### EXERCISE DIRECTIONS:
The lines from the start of the records below through the line containing "FILE_SCHEMA(('AUTOMOTIVE_DESIGN'));" are to be copied exactly, both ends included, with nothing added.

--- --- ---

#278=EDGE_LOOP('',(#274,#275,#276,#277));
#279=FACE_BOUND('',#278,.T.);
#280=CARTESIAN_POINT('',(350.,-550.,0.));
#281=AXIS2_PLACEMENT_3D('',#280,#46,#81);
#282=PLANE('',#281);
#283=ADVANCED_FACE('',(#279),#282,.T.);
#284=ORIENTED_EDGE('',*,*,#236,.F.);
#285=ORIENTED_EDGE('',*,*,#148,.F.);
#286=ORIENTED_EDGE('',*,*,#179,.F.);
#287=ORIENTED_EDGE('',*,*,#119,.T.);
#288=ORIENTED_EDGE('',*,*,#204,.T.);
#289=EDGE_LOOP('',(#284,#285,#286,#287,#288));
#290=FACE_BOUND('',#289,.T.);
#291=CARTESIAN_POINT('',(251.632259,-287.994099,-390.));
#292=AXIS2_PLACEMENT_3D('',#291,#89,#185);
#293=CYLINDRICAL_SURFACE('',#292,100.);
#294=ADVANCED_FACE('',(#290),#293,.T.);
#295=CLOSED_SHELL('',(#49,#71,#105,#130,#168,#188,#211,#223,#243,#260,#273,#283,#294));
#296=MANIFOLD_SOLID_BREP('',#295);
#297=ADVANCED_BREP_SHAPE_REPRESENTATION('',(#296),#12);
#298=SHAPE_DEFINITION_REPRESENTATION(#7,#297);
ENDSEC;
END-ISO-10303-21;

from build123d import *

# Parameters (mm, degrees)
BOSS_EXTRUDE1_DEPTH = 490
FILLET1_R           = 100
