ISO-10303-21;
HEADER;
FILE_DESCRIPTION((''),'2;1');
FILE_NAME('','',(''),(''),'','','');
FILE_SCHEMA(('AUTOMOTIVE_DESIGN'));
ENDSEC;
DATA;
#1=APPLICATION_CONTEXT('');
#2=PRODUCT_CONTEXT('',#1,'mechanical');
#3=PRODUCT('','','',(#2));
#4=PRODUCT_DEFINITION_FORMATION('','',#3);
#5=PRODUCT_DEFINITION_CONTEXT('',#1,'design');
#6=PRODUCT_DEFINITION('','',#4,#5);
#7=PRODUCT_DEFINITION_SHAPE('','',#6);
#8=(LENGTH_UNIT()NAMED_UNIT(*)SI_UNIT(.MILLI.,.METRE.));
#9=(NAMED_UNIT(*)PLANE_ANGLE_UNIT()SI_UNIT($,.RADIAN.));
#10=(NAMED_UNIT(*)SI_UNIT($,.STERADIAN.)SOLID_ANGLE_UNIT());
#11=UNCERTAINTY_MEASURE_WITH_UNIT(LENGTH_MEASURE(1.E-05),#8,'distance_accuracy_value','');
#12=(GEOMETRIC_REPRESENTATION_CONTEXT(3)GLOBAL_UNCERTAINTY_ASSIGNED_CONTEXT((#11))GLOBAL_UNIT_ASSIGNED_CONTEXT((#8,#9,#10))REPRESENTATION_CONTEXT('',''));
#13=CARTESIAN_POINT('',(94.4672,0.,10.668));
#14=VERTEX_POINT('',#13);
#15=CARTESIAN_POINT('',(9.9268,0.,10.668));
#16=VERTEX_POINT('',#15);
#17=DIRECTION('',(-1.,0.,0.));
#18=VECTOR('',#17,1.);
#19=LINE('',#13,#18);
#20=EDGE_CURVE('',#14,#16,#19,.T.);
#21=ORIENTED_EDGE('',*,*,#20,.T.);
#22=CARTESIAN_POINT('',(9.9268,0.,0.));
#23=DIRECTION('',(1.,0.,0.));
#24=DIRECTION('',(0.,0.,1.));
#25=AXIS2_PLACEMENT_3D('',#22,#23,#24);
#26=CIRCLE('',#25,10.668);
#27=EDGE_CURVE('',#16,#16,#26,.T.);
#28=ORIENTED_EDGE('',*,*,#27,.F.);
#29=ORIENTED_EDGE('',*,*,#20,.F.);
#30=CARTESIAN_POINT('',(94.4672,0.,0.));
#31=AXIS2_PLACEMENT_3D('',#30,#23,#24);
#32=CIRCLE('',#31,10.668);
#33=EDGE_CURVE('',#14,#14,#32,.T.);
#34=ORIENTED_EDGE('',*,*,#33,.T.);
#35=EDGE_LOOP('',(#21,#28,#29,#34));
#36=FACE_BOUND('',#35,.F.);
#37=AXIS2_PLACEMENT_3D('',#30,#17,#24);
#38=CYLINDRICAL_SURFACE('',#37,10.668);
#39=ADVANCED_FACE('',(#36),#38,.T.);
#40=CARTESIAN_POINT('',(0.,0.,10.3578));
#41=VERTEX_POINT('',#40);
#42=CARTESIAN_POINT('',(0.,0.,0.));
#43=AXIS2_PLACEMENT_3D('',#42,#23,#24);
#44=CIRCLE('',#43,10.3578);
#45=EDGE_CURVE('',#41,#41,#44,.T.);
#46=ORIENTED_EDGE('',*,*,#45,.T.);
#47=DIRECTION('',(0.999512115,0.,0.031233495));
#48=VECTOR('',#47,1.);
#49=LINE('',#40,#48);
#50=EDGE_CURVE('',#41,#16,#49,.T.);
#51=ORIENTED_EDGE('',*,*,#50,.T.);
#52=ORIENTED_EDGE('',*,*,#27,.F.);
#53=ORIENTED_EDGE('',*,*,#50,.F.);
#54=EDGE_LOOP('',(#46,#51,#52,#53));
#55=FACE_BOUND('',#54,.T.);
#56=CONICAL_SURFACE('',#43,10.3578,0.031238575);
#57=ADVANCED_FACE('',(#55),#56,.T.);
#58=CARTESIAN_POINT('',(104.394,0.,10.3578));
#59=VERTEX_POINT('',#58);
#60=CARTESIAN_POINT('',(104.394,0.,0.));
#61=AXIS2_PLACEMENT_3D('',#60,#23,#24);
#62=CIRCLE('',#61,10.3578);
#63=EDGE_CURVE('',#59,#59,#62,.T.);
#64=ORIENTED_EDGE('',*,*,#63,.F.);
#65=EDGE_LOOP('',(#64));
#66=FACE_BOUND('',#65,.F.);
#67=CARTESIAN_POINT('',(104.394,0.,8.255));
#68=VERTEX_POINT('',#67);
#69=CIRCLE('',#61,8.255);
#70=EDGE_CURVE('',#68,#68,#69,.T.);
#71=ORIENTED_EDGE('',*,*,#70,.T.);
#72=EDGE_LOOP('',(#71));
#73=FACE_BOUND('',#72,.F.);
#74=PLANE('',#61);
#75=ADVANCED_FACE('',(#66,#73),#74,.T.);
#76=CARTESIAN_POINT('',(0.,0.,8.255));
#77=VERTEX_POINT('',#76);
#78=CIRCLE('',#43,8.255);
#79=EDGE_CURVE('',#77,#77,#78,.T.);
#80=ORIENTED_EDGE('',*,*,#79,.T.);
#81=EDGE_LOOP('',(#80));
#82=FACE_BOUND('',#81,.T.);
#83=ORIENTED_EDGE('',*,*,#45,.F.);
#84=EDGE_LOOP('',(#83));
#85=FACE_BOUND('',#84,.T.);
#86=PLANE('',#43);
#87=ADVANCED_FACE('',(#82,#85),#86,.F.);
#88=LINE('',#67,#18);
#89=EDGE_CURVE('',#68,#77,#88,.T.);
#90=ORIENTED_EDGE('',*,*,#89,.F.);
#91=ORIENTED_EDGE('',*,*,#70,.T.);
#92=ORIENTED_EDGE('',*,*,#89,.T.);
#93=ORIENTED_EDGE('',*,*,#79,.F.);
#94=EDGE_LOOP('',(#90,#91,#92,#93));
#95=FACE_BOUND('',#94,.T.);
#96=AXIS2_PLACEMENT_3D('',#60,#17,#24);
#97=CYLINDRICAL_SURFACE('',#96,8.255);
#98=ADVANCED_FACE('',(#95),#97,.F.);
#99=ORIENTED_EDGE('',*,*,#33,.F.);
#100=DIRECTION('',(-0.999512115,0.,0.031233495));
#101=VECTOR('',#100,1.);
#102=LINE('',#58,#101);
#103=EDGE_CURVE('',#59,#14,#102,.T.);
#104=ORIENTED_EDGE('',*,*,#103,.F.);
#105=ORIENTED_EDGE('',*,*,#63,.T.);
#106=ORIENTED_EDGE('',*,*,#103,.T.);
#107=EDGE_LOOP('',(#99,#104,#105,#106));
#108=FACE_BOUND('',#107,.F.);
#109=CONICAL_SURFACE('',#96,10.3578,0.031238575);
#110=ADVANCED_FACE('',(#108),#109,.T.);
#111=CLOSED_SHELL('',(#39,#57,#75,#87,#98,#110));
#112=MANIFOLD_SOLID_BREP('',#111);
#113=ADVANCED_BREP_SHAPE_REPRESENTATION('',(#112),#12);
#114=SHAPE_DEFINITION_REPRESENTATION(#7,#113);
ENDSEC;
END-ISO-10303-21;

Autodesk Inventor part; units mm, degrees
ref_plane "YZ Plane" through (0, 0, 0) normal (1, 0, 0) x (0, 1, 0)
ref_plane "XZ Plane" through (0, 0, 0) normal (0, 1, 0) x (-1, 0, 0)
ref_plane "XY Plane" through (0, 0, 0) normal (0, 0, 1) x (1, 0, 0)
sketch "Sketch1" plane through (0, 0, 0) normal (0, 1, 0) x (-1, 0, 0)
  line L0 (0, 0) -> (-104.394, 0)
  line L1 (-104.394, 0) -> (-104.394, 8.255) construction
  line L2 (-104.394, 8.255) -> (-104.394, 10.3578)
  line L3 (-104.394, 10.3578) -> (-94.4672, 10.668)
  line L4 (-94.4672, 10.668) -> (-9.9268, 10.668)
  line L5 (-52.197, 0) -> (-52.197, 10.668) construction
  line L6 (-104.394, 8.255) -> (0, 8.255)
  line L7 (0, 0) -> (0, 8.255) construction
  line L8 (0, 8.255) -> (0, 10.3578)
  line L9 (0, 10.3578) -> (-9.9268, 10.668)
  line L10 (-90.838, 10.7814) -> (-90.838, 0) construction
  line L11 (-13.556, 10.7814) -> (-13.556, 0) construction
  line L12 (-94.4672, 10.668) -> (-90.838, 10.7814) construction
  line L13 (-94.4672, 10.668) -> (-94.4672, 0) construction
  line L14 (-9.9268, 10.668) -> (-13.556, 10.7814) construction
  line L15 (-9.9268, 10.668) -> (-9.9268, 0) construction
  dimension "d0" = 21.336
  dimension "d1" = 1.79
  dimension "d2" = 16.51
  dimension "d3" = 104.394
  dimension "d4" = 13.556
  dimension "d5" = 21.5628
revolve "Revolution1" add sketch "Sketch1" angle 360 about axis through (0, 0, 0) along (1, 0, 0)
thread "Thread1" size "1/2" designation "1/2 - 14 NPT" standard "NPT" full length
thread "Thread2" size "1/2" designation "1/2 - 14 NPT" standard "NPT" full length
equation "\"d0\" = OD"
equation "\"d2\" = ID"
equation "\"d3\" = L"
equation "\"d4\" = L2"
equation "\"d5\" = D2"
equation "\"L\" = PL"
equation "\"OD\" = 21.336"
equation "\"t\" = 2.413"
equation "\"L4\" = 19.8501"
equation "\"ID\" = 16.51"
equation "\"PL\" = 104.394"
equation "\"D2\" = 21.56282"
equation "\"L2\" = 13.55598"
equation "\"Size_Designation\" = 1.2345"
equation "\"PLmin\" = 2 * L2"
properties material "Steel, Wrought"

--- --- ---

### RESPONSE TO THE TASK:
#278=EDGE_LOOP('',(#274,#275,#276,#277));
#279=FACE_BOUND('',#278,.T.);
#280=CARTESIAN_POINT('',(350.,-550.,0.));
#281=AXIS2_PLACEMENT_3D('',#280,#46,#81);
#282=PLANE('',#281);
#283=ADVANCED_FACE('',(#279),#282,.T.);
#284=ORIENTED_EDGE('',*,*,#236,.F.);
#285=ORIENTED_EDGE('',*,*,#148,.F.);
#286=ORIENTED_EDGE('',*,*,#179,.F.);
#287=ORIENTED_EDGE('',*,*,#119,.T.);
#288=ORIENTED_EDGE('',*,*,#204,.T.);
#289=EDGE_LOOP('',(#284,#285,#286,#287,#288));
#290=FACE_BOUND('',#289,.T.);
#291=CARTESIAN_POINT('',(251.632259,-287.994099,-390.));
#292=AXIS2_PLACEMENT_3D('',#291,#89,#185);
#293=CYLINDRICAL_SURFACE('',#292,100.);
#294=ADVANCED_FACE('',(#290),#293,.T.);
#295=CLOSED_SHELL('',(#49,#71,#105,#130,#168,#188,#211,#223,#243,#260,#273,#283,#294));
#296=MANIFOLD_SOLID_BREP('',#295);
#297=ADVANCED_BREP_SHAPE_REPRESENTATION('',(#296),#12);
#298=SHAPE_DEFINITION_REPRESENTATION(#7,#297);
ENDSEC;
END-ISO-10303-21;

from build123d import *

# Parameters (mm, degrees)
BOSS_EXTRUDE1_DEPTH = 490
FILLET1_R           = 100
ISO-10303-21;
HEADER;
FILE_DESCRIPTION((''),'2;1');
FILE_NAME('','',(''),(''),'','','');
FILE_SCHEMA(('AUTOMOTIVE_DESIGN'));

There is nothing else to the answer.